Headlines in the past month have focused on youth alleged to have committed heinous acts; but of course the real question most are asking, is, where are the parents?
This week the idea of a children's curfew was aired. But that would assume kids are safe in their homes.
Yet for many of these kids inclined to mete out violence to others, this just isn't true.
One Flaxmere commentator this week claimed these children are often safer on the streets than in their living rooms.
It'd be hard to stumble across a more sobering piece of social commentary than that.
Is it time to introduce more strident parental accountability laws?

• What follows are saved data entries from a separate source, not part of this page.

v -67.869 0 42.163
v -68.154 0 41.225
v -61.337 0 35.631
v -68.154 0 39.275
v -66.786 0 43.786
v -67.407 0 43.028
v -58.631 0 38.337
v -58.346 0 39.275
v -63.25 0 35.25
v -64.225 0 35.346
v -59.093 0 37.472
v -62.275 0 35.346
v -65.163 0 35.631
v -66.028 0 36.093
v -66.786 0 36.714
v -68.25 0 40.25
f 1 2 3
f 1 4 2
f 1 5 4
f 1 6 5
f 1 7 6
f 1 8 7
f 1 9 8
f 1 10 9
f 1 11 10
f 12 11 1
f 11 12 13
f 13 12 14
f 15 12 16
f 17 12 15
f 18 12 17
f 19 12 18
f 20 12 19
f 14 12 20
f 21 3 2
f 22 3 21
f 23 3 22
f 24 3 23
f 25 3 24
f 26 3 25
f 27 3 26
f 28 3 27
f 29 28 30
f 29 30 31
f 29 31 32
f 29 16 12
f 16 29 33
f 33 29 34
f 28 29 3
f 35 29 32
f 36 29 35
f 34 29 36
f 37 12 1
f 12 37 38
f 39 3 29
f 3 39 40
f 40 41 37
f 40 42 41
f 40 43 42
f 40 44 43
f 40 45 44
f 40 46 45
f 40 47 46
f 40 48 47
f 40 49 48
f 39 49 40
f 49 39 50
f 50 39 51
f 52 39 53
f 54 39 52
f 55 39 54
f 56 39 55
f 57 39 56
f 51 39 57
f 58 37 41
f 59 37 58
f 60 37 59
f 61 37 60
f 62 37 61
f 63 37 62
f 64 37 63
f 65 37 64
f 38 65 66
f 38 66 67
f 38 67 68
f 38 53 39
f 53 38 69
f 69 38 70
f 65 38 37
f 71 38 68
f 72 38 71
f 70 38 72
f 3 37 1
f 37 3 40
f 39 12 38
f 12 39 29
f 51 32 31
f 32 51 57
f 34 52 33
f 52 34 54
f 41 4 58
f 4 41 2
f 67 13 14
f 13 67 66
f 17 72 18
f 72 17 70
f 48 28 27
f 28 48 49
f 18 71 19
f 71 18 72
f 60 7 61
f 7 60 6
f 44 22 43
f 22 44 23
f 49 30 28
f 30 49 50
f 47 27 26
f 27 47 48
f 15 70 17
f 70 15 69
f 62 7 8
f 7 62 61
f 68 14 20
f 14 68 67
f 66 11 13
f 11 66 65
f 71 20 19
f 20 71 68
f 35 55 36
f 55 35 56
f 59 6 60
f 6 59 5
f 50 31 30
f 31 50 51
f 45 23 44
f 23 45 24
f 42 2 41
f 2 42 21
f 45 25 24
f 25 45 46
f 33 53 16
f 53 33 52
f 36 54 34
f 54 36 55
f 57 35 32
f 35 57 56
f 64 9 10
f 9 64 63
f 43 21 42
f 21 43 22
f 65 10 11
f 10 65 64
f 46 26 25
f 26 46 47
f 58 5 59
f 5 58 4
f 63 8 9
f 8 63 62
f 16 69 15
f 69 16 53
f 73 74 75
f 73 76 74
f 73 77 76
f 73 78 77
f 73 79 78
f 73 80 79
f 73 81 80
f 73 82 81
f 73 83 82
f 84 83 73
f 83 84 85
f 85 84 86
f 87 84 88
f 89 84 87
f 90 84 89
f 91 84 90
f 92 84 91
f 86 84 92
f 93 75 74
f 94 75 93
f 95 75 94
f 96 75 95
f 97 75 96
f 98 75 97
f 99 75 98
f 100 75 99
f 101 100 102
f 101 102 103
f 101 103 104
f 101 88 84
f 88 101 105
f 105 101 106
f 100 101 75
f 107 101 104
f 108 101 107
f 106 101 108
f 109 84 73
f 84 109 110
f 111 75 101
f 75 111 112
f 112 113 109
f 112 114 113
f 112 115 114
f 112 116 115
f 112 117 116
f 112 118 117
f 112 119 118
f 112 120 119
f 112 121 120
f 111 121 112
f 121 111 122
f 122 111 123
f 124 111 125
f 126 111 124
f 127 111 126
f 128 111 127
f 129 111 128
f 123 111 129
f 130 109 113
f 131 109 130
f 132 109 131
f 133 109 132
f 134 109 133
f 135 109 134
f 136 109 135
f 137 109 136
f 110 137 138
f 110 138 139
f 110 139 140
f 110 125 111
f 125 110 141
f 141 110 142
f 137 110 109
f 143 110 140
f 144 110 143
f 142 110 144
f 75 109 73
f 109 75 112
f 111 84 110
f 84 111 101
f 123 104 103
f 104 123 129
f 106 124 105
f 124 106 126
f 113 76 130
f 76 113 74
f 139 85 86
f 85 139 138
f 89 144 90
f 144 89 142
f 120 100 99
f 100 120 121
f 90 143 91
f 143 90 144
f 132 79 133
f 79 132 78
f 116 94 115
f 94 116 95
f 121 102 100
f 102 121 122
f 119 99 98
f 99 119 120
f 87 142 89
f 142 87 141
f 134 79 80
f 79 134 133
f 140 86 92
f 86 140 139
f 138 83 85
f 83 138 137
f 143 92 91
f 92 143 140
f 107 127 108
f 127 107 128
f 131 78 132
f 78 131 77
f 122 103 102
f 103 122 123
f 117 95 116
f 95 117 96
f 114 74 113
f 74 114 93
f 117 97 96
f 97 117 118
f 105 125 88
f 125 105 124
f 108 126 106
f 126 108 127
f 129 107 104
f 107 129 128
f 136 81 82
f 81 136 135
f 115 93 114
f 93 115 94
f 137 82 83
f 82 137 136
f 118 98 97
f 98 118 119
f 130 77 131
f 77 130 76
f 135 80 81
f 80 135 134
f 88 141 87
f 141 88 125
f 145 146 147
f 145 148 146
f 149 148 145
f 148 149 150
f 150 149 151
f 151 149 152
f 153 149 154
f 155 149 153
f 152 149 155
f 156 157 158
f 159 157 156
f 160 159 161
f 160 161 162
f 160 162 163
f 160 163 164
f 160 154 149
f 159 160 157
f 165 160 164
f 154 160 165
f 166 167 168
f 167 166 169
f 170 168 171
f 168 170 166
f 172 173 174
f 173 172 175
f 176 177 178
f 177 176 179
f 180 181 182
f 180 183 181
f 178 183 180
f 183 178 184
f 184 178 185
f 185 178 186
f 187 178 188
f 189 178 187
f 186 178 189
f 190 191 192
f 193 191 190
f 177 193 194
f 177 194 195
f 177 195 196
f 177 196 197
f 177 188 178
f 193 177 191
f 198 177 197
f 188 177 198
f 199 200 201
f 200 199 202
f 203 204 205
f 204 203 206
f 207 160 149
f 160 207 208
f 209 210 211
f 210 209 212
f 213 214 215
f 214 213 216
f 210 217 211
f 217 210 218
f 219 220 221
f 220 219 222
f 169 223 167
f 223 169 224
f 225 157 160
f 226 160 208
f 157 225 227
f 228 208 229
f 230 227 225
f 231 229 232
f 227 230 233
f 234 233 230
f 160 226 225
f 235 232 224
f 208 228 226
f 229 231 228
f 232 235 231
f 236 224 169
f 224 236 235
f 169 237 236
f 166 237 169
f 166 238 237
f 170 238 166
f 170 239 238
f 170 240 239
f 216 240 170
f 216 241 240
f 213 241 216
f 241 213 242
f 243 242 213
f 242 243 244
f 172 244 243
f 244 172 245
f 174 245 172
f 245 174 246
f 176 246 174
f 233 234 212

Maybe it's an option.
We'd do well to consider that most of us have been fortunate enough to escape the friendly fire of family violence; we forget that today's negligent parents were yesterday's neglected kids.
Those who boast a comfortable childhood are eminently comfortable passing judgment on those who missed an Edenic start.
Before hitting the mattress every night I religiously check on my sleeping children - but I was shown that by my parents.
Marcus Aurelius was right to a degree - the faults of delinquent kids destined for Flaxmere's Colosseum are, with rare exception, the failings of their parents, and often their parents before them.
It's the basis of the biblical (Exodus) reference to the Sins of the Father - where the iniquities of one generation pass to another.
Flaxmere's blame is historic - but its consequence is now.